The authors declare no competing financial interests.

Integrated supplementary information

Supplementary Figure 1 A high level swim lane diagram for the expansion, reprogramming and characterization of iPSC cell production.

Each vertical lane highlights the main robotic platform performing the particular steps in the overall process. An oval shape identifies starting and stopping steps, diamond shapes indicate decision points while the irregular quadrilateral shape indicates manual processes. Whilst this represents one workflow through the system, many tasks such as feeding, scanning and passaging can be performed on any system within one cluster.

Supplementary Figure 2 Schematic of overall workflow and additional fibroblast derivation data

(A) Schematic of workflow through automation system from donor biopsy collection through to iPSC expansion and freezing. (B) Image of system for automated fibroblast production consisting of a liquid handling device, imager, centrifuge and capper-decapper contained in a biosafety cabinet, connected to an automated incubator and managed by system control software. (C) Automated imaging highlighting confluent areas during fibroblast expansion. (D) Phase contrast image of representative fibroblast outgrowth from a biopsy. (E) Mycoplasma detection of samples from in-house automated luminescence assay. Marginal values were confirmed negative with PCR validation. No mycoplasma positive samples have been generated in house during biopsy collection and outgrowth expansion on the automated systems.

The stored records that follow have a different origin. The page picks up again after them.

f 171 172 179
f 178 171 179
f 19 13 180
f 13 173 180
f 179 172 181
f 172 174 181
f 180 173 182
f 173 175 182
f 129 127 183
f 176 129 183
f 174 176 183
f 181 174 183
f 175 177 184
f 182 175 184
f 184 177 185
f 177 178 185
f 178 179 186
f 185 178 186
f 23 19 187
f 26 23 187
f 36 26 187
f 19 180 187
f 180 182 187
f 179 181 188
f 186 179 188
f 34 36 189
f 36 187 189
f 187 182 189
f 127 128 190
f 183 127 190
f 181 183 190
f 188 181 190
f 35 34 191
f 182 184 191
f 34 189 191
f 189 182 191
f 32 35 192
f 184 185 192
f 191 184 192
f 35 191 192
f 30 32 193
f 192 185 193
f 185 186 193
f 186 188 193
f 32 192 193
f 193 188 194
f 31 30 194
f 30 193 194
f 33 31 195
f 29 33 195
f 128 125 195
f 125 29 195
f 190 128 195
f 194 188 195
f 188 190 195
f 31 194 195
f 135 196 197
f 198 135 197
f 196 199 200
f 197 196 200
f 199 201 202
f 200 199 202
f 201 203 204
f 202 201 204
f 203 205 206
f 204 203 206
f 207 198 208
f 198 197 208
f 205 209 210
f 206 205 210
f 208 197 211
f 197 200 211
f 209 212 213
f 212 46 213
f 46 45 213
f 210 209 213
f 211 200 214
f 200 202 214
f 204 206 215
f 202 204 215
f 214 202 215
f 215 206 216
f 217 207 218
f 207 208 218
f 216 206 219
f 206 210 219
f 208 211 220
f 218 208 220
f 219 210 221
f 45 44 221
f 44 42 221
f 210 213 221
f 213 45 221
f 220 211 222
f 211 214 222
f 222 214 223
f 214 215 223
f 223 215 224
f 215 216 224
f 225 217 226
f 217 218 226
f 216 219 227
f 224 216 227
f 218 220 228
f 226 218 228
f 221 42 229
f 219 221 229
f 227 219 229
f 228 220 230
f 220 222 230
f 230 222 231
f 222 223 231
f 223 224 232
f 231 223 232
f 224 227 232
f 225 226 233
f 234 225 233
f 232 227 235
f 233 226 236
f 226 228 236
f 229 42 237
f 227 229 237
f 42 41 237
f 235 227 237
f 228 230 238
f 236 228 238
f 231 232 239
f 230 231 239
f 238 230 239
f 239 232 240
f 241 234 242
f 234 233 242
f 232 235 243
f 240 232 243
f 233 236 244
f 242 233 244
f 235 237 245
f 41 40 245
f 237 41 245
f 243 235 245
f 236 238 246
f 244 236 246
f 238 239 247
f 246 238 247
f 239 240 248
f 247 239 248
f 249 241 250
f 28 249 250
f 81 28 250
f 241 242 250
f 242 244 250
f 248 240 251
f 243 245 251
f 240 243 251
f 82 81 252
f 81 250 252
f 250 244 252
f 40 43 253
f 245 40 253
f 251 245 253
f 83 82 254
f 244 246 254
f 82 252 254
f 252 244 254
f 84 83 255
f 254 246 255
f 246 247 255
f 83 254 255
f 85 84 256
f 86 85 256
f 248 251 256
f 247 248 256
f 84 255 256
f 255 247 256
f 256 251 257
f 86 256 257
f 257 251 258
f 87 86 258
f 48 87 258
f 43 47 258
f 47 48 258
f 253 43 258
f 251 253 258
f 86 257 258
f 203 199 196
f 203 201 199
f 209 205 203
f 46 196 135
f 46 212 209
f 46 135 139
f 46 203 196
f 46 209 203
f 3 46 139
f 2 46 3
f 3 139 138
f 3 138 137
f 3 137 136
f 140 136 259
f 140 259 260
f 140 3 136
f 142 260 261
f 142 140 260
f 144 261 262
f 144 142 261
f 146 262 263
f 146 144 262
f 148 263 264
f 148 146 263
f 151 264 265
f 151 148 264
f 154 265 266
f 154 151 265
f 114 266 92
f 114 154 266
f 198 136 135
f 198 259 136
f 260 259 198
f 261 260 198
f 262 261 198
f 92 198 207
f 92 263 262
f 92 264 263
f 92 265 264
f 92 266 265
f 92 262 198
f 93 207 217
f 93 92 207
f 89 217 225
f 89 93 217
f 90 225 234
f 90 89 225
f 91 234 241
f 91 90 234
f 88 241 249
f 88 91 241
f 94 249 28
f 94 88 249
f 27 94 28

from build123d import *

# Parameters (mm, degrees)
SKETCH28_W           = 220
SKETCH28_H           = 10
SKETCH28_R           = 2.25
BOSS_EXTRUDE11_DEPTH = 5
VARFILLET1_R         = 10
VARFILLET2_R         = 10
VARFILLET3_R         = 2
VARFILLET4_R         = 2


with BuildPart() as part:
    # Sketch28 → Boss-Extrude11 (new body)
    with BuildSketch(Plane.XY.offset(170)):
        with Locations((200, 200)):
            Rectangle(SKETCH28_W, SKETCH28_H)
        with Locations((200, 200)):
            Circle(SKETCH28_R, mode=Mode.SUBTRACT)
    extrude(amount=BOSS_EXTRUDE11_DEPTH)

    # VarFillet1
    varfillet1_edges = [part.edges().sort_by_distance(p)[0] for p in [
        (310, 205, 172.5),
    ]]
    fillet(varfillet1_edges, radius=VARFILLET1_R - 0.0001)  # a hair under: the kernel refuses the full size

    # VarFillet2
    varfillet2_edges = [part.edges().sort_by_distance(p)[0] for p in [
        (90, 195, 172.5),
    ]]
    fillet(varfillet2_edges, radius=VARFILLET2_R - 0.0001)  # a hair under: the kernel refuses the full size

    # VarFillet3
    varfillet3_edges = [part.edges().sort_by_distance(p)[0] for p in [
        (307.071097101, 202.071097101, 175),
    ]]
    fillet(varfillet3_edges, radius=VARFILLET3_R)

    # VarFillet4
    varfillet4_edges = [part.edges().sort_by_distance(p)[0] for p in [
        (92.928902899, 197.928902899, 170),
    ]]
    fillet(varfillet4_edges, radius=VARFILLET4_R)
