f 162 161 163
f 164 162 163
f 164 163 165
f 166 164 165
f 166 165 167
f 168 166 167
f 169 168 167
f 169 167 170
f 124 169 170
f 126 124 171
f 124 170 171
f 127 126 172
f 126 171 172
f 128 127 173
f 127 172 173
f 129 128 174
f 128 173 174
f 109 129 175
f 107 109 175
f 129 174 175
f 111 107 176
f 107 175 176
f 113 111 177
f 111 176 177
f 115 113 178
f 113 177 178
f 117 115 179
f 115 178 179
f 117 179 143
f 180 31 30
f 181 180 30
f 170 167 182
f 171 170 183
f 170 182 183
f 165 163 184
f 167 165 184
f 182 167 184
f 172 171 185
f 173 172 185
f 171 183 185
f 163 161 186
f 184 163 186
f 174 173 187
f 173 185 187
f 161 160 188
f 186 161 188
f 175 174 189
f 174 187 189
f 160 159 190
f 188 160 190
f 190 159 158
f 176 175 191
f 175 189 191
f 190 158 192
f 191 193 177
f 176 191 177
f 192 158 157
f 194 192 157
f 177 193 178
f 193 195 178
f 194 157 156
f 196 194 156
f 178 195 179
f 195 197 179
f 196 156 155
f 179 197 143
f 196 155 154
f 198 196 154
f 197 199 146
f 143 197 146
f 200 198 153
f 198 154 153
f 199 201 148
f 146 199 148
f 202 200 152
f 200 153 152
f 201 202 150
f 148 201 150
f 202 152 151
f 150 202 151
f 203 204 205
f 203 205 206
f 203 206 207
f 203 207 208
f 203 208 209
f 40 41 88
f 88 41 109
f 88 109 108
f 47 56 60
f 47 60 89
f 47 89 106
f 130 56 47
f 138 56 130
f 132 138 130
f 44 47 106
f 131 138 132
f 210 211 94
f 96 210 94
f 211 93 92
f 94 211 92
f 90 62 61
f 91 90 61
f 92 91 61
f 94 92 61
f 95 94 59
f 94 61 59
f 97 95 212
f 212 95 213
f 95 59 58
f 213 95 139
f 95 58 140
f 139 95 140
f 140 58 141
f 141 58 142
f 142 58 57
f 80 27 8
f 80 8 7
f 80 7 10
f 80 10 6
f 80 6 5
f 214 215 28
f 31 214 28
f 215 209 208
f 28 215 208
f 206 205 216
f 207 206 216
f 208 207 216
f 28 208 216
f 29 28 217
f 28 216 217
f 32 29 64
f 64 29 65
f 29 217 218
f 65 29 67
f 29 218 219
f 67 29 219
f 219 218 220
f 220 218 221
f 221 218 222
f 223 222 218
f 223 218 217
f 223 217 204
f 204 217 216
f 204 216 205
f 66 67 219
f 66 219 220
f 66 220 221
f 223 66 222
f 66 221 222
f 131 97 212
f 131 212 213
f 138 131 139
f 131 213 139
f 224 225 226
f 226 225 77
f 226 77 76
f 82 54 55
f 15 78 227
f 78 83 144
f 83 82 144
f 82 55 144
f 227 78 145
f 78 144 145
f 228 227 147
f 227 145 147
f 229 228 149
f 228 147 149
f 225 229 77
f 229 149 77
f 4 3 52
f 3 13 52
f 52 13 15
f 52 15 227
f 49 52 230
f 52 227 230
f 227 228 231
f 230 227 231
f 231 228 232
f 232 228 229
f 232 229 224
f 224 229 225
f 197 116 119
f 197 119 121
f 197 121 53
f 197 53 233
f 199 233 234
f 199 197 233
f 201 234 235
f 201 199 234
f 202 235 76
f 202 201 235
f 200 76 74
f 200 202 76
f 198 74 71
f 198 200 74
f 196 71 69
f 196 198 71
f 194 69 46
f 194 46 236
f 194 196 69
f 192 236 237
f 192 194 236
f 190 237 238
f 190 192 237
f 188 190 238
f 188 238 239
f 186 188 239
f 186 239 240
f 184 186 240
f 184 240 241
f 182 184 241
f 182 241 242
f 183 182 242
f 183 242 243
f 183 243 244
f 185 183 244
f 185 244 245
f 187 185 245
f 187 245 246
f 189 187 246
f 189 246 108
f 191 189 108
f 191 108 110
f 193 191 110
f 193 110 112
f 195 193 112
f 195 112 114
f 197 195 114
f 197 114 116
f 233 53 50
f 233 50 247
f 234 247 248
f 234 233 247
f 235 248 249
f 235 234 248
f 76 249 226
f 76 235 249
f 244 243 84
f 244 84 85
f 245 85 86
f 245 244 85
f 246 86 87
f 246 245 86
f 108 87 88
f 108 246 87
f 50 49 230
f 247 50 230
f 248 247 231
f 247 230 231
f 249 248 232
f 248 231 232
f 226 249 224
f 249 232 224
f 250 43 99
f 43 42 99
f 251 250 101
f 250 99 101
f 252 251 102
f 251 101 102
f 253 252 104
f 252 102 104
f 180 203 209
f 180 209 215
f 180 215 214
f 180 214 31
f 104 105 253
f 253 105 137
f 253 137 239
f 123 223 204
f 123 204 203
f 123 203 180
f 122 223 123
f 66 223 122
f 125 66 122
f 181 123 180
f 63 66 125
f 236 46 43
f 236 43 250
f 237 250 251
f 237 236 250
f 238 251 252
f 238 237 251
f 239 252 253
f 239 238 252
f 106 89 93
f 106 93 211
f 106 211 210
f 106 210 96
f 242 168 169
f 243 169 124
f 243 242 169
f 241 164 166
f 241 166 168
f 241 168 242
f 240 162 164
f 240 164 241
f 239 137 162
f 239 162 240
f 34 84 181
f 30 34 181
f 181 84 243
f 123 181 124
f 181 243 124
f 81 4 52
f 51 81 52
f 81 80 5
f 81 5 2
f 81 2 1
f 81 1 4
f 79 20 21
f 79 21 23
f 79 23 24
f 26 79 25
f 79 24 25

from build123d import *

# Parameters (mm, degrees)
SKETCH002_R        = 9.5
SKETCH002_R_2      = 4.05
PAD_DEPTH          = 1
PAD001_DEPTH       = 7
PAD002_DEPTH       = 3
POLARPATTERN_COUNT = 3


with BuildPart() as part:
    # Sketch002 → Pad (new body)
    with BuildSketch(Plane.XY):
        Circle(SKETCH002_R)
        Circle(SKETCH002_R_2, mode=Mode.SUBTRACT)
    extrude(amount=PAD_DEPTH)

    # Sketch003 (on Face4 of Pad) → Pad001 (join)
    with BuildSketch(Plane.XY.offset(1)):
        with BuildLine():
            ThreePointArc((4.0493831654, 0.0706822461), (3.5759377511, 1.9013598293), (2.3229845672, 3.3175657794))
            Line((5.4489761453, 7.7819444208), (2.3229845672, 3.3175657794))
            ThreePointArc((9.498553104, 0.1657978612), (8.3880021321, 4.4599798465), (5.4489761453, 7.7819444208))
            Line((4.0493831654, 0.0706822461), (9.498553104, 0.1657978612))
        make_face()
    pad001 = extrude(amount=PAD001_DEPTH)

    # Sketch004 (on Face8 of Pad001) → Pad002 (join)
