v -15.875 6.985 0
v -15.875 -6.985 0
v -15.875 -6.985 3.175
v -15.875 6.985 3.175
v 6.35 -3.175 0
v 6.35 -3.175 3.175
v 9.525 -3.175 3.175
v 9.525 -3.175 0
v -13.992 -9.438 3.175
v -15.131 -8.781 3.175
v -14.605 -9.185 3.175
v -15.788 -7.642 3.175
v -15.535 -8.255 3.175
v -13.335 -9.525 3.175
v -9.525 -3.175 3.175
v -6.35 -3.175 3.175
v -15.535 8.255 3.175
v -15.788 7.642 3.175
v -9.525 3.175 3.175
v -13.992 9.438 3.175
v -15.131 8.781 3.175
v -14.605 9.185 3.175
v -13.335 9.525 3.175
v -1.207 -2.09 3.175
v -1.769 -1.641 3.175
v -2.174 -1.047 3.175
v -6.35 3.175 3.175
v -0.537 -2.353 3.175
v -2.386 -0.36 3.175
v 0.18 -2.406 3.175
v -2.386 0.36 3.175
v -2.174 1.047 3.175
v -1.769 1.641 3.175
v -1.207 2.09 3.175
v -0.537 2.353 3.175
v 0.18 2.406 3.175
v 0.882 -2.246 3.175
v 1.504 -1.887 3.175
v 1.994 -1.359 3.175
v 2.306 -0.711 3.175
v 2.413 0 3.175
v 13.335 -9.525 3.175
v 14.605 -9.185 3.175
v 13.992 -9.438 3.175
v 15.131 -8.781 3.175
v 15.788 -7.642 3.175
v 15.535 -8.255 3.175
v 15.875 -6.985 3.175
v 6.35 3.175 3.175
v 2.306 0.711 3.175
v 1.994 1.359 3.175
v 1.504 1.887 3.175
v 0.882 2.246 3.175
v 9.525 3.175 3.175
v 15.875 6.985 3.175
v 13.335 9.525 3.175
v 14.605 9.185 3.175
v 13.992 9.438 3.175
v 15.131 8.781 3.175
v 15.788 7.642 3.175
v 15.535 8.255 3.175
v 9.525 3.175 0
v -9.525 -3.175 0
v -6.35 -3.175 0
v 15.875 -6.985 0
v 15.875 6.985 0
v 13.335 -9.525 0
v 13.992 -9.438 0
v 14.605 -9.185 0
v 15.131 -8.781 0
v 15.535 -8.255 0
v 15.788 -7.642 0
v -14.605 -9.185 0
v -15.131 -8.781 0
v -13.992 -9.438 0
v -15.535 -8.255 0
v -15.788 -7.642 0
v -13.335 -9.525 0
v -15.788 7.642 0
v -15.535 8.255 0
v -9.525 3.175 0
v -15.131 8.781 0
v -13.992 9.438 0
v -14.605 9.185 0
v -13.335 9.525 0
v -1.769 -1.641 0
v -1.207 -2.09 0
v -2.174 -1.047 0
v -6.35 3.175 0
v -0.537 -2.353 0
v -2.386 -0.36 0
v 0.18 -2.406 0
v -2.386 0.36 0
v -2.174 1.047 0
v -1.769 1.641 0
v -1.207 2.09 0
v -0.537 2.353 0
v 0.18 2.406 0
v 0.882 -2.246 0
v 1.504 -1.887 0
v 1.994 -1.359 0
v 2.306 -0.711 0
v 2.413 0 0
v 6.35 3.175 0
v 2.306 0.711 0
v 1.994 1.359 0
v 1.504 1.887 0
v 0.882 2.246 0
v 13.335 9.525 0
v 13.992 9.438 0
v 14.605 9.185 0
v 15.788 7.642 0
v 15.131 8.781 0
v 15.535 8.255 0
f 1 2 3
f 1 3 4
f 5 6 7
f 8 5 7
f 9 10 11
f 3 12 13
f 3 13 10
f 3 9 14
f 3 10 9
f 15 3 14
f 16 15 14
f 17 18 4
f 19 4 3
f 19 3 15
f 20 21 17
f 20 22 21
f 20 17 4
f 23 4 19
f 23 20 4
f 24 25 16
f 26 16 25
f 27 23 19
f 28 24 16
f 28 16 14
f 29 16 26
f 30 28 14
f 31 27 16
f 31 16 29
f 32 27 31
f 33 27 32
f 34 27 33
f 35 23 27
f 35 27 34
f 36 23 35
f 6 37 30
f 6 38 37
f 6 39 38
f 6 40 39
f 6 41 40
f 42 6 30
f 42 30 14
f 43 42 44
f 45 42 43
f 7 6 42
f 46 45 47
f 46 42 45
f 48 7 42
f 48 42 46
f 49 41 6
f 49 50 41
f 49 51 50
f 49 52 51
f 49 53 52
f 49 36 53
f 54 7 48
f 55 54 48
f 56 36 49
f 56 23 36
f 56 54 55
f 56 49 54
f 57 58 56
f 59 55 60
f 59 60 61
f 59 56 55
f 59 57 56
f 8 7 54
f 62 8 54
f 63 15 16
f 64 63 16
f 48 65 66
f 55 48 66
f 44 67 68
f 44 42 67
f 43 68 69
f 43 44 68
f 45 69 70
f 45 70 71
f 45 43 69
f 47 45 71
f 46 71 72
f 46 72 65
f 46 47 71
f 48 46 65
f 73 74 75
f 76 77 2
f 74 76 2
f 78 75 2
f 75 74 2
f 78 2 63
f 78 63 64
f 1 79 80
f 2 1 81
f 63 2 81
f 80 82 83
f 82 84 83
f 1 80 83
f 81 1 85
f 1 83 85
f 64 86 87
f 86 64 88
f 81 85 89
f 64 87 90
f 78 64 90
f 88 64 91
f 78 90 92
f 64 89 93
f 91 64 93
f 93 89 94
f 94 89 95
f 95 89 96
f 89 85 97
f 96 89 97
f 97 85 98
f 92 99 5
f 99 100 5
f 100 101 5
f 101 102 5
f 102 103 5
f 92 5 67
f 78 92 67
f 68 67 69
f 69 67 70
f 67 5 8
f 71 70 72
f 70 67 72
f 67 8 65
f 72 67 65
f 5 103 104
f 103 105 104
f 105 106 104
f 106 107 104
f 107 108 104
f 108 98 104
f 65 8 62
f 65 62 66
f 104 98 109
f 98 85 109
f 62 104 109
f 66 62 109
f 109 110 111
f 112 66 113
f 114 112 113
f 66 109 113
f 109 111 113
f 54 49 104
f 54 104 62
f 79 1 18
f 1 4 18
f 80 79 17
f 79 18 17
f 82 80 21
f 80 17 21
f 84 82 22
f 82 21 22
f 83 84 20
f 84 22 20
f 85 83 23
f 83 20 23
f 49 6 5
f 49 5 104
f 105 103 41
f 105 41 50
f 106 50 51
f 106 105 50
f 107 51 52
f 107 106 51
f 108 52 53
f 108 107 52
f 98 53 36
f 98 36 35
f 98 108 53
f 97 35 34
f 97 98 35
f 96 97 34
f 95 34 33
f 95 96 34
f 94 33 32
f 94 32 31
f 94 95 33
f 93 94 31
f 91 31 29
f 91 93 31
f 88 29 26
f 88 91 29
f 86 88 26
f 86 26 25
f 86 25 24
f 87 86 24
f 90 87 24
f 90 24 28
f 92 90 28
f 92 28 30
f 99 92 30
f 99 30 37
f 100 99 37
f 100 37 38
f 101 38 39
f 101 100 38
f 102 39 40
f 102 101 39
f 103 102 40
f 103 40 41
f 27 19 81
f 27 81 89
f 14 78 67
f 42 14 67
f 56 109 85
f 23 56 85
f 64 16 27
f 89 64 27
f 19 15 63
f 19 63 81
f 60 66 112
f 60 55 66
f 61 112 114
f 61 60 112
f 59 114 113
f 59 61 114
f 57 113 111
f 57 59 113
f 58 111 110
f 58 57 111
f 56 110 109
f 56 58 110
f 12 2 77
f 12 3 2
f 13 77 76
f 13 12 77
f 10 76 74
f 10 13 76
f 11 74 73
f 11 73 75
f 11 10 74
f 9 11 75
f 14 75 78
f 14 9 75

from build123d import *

# Parameters (mm, degrees)
SKETCH1_W           = 6.35
SKETCH1_H           = 19.05
SKETCH1_W_2         = 19.05
SKETCH1_R           = 2.413
BOSS_EXTRUDE1_DEPTH = 3.175
FILLET1_R           = 2.54
CUT_EXTRUDE1_REACH  = 5.175
SKETCH2_W           = 3.175
SKETCH2_H           = 6.35


with BuildPart() as part:
    # Sketch1 → Boss-Extrude1 (new body)
    with BuildSketch(Plane.XY):
        with Locations((-12.7, 0)):
            Rectangle(SKETCH1_W, SKETCH1_H)
        Rectangle(SKETCH1_W_2, SKETCH1_H)
        Circle(SKETCH1_R, mode=Mode.SUBTRACT)
        with Locations((12.7, 0)):
            Rectangle(SKETCH1_W, SKETCH1_H)
    extrude(amount=BOSS_EXTRUDE1_DEPTH)

    # Fillet1
    fillet1_edges = [part.edges().sort_by_distance(p)[0] for p in [
        (-15.875, -9.525, 1.5875),
        (-15.875, 9.525, 1.5875),
        (15.875, 9.525, 1.5875),
        (15.875, -9.525, 1.5875),
    ]]
    fillet(fillet1_edges, radius=FILLET1_R)

    # Sketch2 → Cut-Extrude1 (cut, up to next)
    with BuildSketch(Plane.XY.offset(3.175), mode=Mode.PRIVATE) as cut_extrude1_sk1:
        with Locations((7.9375, 0)):
            Rectangle(SKETCH2_W, SKETCH2_H)
    cut_extrude1_tool1 = extrude(cut_extrude1_sk1.sketch, amount=-CUT_EXTRUDE1_REACH, mode=Mode.PRIVATE) & part.part
    add(cut_extrude1_tool1.solids().sort_by_distance((7.9375, 0, 3.175))[0], mode=Mode.SUBTRACT)
    # Sketch2 → Cut-Extrude1 (cut, up to next)
    with BuildSketch(Plane.XY.offset(3.175), mode=Mode.PRIVATE) as cut_extrude1_sk2:
        with Locations((-7.9375, 0)):
            Rectangle(SKETCH2_W, SKETCH2_H)
    cut_extrude1_tool2 = extrude(cut_extrude1_sk2.sketch, amount=-CUT_EXTRUDE1_REACH, mode=Mode.PRIVATE) & part.part
    add(cut_extrude1_tool2.solids().sort_by_distance((-7.9375, 0, 3.175))[0], mode=Mode.SUBTRACT)


solid = part.part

Supplementary Figure 3 Fibroblast karyotyping data

Representative traces of fibroblasts karyotyped using the NanoString Karyotype assay with representative traces of normal diploid fibroblasts (i) 46, XX, (ii) 46, XY and an aneuploid fibroblast showing a loss of one X chromosome (iii) 45, X

Supplementary Figure 4 Supplementary automated Sendai virus reprogramming data

(A) Well image of Sendai reprogramming after 20 days showing colonies and TRA-1-60 live stain of the same well in the bottom panel. Only a subset of colonies stain positive for the pluripotency marker. (B) Clonal lines established through manual picking following automated reprogramming were picked into single wells of 24 well plates before being returned to automation. Pluripotency marker staining of established cell lines from automated reprogramming by Sendai virus. Scale bars = 50 μm. (C) Flow cytometry analysis of reprogrammed cultures from automated Sendai transfection demonstrating a high proportion of cells staining TRA-1-60+/SSEA4+ also retained the fibroblast surface marker CD13 (58.2% of cells from n=12 independent reprogrammings, 18 days post infection).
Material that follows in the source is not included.